Daily Watch – NNPC declares zero remittance to FAAC again, CBN raises MPR for first time since 2020

25th May 2022

At least 50 people were killed by militants on Sunday around the town of Rann in Nigeria’s Borno state, in the country’s northeastern tip near the border with Cameroon, witnesses told Reuters. Residents blamed the latest attack on Boko Haram. Army spokesman Brigadier General Onyema Nwachukwu did not immediately respond to a request for comment. “We are all in pain over the killing of our innocent people who were working on their farmland. … We buried 50 people today in Rann. They were clearing their farmlands ahead of the rainy season, while others went for firewood,” Harun Tom, a local farmer, said. Agid Muhammad, a farmer who recently returned to Rann after living in an internally displaced person camp, described a scene of carnage. “A large number of Boko Haram on motorcycles armed with guns and machetes surrounded our people who were working on their farms and held them hostage before killing them one by one,” Muhammad said, adding that his uncle was still missing. “They were tied with rope and slaughtered. As I’m speaking to you, many people aren’t accounted for.” Since 2009, Nigeria’s northeast and Borno, in particular, have been the centre of an insurgency led by the militant Islamist group Boko Haram. Millions have been displaced and some 350,000 people have died from attacks and the subsequent humanitarian crisis, according to the United Nations. Over time, Boko Haram has split with an active offshoot called Islamic State West Africa Province also claiming responsibility for attacks in Africa’s most populous country.

The NNPC has deducted another ₦271.13 billion as a shortfall for the importation of petrol (subsidy) in April 2022 meaning that so far this year, the NNPC has spent ₦947.53 billion on the petrol subsidy — more than half of 2021’s subsidy spending. NNPC said this in its monthly presentation to the Federation Account Allocation Committee (FAAC) meeting yesterday. The FAAC document showed that this is the fourth time the oil company will not remit any fund to the federation account in 2022 — as subsidy payments continue to deplete revenue. NNPC also said it would deduct ₦371 billion for the shortfall in May 2022 during next month’s FAAC meeting. “The Value Shortfall on the importation of PMS recovered from April 2022 proceeds is ₦271,125,127, 487,58 while the outstanding balance carried forward is ₦371 billion,” the document reads. “The estimated Value Shortfall of ₦874,503,649,663.98 (consisting of arrears of ₦371 billion, plus estimated April 2022 Value Short Fall of ₦503,313,767,828.14 is to be recovered from May 2022 proceed due for sharing at June 2022 FAAC Meeting.” In January, February and March 2022, petrol subsidy gulped ₦210.38 billion, ₦219.78 billion, and ₦245.77 billion, respectively. This year alone, the federal government has budgeted to spend ₦4 trillion on costly petrol subsidies — as a result of high global oil prices due to the Russia-Ukraine war. In the month under review, the report said NNPC lifted overall crude oil of 8.80 million barrels (export domestic crude) in March 2022, representing a 10 percent decrease relative to the 9.77 million barrels lifted in February 2022.
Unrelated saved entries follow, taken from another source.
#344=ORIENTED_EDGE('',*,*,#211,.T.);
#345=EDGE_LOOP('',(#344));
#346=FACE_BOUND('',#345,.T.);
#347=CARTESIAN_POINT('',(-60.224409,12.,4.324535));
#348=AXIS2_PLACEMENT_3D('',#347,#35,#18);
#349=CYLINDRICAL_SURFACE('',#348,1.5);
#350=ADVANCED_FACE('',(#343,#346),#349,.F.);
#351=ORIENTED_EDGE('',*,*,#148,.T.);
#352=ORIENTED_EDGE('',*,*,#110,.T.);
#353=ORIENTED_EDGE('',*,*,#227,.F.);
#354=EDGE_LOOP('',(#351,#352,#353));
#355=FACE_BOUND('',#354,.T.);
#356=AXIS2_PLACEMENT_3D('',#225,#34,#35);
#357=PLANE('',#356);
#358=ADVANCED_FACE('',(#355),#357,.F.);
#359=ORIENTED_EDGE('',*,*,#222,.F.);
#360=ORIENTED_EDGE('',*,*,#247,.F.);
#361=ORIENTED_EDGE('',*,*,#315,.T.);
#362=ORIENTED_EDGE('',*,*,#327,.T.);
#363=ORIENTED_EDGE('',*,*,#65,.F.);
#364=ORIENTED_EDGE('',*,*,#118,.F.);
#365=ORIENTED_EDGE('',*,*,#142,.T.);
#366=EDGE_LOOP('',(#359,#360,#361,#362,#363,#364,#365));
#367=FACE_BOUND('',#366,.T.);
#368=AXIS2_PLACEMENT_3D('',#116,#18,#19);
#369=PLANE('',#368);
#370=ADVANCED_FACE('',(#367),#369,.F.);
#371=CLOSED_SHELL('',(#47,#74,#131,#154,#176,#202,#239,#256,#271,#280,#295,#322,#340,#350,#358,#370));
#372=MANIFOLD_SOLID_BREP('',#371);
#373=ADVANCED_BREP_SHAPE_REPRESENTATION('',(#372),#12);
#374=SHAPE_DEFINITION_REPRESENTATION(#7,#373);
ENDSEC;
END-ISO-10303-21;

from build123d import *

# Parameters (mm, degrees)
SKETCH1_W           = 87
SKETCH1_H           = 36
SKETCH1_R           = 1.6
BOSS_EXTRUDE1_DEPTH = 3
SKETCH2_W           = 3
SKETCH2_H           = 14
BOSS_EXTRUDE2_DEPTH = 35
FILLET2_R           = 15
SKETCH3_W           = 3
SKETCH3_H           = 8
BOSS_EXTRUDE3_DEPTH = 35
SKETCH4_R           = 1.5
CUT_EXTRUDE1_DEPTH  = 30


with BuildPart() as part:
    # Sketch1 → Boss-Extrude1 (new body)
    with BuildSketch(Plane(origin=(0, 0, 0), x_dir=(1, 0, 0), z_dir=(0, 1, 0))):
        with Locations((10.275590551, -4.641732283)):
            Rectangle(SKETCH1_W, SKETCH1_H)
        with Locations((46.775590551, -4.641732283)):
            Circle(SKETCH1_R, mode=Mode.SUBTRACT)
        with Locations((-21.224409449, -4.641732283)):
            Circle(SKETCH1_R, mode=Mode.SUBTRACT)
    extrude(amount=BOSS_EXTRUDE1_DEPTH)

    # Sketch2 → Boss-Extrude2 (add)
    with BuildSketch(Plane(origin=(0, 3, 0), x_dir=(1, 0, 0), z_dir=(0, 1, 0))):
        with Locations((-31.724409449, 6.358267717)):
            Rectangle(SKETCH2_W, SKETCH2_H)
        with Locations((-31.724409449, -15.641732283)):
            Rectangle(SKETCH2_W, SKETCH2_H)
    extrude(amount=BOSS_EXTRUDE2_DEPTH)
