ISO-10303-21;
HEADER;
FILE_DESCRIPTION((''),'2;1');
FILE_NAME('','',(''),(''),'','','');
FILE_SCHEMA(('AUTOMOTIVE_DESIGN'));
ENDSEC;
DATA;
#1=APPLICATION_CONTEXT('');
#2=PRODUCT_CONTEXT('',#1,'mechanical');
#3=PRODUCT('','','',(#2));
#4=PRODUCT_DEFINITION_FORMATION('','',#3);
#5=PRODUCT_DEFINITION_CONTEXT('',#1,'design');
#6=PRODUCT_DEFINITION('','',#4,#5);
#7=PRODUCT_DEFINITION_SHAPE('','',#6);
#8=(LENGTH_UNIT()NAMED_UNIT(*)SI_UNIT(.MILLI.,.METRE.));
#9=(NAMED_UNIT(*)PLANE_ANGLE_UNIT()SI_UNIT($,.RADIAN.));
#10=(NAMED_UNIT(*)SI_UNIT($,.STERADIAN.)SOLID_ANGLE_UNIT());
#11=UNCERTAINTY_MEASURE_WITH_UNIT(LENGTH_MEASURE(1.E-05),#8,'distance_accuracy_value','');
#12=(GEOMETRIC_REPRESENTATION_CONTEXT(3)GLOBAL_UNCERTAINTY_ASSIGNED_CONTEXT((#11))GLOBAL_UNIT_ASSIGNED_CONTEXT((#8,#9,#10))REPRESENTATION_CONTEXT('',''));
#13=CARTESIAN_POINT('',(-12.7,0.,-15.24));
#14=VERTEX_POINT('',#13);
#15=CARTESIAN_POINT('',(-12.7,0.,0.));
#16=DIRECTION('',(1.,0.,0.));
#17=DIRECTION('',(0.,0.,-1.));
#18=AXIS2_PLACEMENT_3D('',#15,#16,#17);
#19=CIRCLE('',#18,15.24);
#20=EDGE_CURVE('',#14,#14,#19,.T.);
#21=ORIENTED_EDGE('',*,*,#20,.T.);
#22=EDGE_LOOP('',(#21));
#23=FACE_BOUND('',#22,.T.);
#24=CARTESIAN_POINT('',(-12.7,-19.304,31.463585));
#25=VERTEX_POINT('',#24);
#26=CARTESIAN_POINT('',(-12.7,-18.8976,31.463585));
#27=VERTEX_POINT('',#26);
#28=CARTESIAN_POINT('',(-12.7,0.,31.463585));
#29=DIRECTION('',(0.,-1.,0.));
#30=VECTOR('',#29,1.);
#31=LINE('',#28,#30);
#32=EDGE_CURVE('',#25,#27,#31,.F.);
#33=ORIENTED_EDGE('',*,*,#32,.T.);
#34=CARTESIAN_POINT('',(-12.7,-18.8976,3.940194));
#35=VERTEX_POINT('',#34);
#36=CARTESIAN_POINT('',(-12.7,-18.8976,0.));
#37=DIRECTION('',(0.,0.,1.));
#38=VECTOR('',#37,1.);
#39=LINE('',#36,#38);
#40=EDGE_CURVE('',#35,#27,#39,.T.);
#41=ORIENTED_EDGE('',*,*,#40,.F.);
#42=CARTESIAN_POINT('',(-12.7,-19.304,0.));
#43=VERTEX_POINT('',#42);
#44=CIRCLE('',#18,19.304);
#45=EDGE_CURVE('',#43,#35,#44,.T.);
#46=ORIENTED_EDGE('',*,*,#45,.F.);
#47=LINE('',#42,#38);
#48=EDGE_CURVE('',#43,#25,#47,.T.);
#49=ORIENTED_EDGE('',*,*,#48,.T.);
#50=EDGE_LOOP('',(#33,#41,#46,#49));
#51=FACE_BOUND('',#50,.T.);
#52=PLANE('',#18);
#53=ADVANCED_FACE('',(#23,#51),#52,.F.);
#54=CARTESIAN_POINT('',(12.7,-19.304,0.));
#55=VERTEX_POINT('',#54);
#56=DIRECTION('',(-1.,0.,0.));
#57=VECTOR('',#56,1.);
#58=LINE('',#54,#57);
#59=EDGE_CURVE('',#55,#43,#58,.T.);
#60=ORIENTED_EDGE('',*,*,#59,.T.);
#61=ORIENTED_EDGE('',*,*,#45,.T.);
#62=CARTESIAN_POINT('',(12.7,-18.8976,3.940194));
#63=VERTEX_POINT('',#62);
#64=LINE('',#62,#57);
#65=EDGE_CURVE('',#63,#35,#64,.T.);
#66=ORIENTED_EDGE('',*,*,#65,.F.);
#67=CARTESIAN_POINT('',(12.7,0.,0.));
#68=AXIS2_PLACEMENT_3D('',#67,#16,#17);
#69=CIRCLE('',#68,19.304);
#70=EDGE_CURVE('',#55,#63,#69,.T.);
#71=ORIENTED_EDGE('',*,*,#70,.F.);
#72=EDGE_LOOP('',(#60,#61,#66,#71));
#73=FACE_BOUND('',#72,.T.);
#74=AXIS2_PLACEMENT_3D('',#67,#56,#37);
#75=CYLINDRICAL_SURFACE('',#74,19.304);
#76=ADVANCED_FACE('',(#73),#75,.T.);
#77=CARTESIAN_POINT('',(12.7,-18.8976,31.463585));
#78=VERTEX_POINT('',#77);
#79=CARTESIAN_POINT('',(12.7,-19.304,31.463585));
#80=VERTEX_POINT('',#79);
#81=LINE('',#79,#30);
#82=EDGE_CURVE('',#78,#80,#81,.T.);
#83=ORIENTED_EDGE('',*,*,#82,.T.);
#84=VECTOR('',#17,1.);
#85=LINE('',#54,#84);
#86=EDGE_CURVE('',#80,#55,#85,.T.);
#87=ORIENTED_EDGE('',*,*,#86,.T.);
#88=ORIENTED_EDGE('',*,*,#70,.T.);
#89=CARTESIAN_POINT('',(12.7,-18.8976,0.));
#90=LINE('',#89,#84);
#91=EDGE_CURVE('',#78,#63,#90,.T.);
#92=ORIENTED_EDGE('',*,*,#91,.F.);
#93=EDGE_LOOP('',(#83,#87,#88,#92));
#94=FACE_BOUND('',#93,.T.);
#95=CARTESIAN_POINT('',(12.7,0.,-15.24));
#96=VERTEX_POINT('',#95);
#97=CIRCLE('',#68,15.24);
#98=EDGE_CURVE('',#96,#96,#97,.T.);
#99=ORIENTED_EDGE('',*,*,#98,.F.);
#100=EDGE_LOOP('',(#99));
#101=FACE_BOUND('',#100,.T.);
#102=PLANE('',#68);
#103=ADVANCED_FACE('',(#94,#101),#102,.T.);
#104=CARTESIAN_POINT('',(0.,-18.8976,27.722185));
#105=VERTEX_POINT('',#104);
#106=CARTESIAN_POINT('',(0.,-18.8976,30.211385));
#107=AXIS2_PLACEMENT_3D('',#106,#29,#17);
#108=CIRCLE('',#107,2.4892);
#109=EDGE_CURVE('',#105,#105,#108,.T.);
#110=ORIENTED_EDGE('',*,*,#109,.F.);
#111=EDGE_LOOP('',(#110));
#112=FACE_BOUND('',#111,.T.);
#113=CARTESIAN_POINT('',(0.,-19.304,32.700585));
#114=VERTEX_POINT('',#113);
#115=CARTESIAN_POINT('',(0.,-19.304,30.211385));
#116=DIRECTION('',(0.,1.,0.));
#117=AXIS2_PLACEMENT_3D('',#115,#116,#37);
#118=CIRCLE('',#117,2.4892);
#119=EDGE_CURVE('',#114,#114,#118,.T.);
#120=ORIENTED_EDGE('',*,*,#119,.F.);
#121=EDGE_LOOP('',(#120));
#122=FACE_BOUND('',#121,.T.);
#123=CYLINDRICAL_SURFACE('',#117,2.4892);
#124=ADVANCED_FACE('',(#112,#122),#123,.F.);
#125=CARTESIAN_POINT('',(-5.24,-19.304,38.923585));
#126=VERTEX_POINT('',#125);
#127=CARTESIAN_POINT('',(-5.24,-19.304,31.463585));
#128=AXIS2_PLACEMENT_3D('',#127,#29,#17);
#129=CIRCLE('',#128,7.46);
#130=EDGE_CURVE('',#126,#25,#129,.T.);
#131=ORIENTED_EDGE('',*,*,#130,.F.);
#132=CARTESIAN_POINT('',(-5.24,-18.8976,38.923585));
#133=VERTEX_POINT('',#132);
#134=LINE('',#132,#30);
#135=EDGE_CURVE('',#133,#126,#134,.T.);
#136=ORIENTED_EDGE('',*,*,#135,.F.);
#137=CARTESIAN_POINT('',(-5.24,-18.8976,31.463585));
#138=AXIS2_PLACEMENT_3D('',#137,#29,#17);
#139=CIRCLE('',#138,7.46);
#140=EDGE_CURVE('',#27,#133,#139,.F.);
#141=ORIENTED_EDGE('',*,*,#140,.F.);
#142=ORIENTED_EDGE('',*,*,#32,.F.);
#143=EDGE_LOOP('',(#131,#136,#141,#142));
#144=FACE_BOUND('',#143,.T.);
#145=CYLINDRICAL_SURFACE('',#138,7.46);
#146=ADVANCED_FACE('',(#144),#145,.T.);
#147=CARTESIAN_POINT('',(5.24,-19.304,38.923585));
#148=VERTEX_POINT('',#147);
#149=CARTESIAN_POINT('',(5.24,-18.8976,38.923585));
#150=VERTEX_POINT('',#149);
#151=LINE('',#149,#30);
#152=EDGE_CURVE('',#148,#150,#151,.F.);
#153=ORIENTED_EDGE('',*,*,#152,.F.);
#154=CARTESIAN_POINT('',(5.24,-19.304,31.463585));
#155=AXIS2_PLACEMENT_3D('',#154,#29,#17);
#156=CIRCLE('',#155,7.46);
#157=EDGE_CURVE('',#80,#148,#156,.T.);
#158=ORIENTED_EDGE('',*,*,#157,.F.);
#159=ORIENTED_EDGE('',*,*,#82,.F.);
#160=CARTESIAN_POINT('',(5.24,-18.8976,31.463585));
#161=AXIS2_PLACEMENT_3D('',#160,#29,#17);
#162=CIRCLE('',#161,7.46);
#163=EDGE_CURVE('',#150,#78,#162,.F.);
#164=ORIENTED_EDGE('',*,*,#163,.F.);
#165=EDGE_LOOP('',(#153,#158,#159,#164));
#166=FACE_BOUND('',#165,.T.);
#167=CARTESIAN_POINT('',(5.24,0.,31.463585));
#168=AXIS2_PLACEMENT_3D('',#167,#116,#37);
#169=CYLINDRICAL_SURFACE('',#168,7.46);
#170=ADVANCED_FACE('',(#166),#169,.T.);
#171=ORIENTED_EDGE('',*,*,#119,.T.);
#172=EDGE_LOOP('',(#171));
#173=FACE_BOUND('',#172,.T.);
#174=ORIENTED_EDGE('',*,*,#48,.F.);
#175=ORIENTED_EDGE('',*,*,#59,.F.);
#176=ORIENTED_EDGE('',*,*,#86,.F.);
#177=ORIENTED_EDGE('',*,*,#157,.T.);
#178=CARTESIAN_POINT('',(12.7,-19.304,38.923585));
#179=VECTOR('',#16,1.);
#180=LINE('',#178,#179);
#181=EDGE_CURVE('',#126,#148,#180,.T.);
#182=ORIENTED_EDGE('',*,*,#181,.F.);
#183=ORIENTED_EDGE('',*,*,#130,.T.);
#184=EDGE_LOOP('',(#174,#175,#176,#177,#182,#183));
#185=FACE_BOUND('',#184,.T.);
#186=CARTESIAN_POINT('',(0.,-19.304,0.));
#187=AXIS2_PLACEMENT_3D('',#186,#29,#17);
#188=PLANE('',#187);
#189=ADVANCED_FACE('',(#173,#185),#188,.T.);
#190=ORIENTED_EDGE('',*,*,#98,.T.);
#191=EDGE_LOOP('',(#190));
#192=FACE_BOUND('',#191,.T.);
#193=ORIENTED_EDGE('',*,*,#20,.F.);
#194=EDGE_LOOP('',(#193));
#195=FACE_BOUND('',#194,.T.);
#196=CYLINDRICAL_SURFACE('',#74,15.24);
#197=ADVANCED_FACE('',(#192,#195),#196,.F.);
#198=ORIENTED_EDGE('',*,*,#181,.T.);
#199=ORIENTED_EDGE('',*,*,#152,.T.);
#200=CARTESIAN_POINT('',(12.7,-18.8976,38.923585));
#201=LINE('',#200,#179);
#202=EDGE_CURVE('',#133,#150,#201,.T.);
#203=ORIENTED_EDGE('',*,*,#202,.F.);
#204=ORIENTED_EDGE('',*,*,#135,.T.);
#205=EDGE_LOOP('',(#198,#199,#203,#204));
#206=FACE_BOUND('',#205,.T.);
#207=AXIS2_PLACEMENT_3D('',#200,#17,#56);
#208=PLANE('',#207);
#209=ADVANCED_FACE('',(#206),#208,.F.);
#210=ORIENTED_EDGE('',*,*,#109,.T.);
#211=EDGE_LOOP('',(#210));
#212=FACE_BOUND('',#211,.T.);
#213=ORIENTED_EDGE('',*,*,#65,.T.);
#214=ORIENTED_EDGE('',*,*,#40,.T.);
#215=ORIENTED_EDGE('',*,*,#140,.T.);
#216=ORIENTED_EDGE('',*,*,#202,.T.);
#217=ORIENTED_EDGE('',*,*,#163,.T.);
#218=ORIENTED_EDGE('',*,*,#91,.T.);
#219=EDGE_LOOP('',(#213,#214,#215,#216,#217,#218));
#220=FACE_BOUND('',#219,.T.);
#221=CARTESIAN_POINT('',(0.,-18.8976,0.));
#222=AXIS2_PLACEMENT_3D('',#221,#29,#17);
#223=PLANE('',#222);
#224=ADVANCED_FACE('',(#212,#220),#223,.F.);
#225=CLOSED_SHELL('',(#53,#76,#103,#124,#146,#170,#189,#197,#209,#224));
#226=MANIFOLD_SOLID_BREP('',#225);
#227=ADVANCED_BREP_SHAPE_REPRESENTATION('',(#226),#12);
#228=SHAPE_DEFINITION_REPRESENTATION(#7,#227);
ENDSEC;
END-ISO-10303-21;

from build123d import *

# Parameters (mm, degrees)
SKETCH1_R               = 19.304
SKETCH1_R_2             = 15.24
BOSS_EXTRUDE1_DEPTH     = 12.7
SKETCH2_W               = 25.4
SKETCH2_H               = 38.923585408
BOSS_EXTRUDE2_DEPTH     = 0.4064
CUT_EXTRUDE1_DEPTH      = 56.997301217
CUT_EXTRUDE1_DEPTH_BACK = 56.997301217
SKETCH3_R               = 2.4892
FILLET1_R               = 7.46


with BuildPart() as part:
    # Sketch1 → Boss-Extrude1 (new, symmetric)
    with BuildSketch(Plane(origin=(0, 0, 0), x_dir=(0, 0, -1), z_dir=(1, 0, 0))):
        Circle(SKETCH1_R)
        Circle(SKETCH1_R_2, mode=Mode.SUBTRACT)
    extrude(amount=BOSS_EXTRUDE1_DEPTH, both=True)

    # Sketch2 → Boss-Extrude2 (add)
    with BuildSketch(Plane(origin=(0, -19.304, 0), x_dir=(1, 0, 0), z_dir=(0, 1, 0))):
        with Locations((0, -19.461792704)):
            Rectangle(SKETCH2_W, SKETCH2_H)
    extrude(amount=BOSS_EXTRUDE2_DEPTH)

    # Sketch3 → Cut-Extrude1 (cut, two sides: drawn at the far end of the back side and taken through both)
    with BuildSketch(Plane(origin=(0, -18.8976, 0), x_dir=(1, 0, 0), z_dir=(0, 1, 0)).offset(-CUT_EXTRUDE1_DEPTH_BACK)):
        with Locations(Location((0, -30.211385408, 0), (0, 0, 270))):
            Circle(SKETCH3_R)
    extrude(amount=CUT_EXTRUDE1_DEPTH + CUT_EXTRUDE1_DEPTH_BACK, mode=Mode.SUBTRACT)

    # Fillet1
    fillet1_edges = [part.edges().sort_by_distance(p)[0] for p in [
        (12.7, -19.1008, 38.923585408),
        (-12.7, -19.1008, 38.923585408),
    ]]
    fillet(fillet1_edges, radius=FILLET1_R)


solid = part.part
Nigeria’s central bank on Tuesday raised the benchmark interest rate by 150 basis points to 13%, its first hike in more than two years, to combat rising inflation, sending markets tumbling. The move surprised analysts and traders who expected the Monetary Policy Committee (MPC) to keep the rate on hold. But Governor Godwin Emefiele told a news briefing that the rate hike was necessary to tame inflation, which quickened to 16.82% in April, its highest in eight months, amid a fragile economic recovery. Six members of the MPC voted to increase the main lending rate by 150 basis points, four of them by 100 basis points and one by 50 basis points. It was the biggest rate hike since July 2016 when the central bank increased rates by 200 basis points. “(MPC members) felt that tightening will help rein in inflation before it assumes a galloping trend,” Emefiele said. The asymmetric corridor of +100/-700 basis points around the MPR was retained as well as the Cash Reserve Ration (CRR) at 27.5% and the liquidity ratio at 30%

Somalia’s prime minister suspended the foreign minister on Tuesday, citing the authorisation of a ship exporting charcoal to Oman in violation of international sanctions. The U.N. Security Council banned such shipments a decade ago to cut funding for the Islamist militant group al Shabaab, an al Qaeda franchise fighting Somalia’s central government. Prime Minister Mohamed Hussein Roble’s office said that as well as suspending Foreign Minister Abdisaid Muse Ali, he had ordered an audit and judicial investigation into the ministry’s authorisation of the shipment. The status of the shipment was unclear.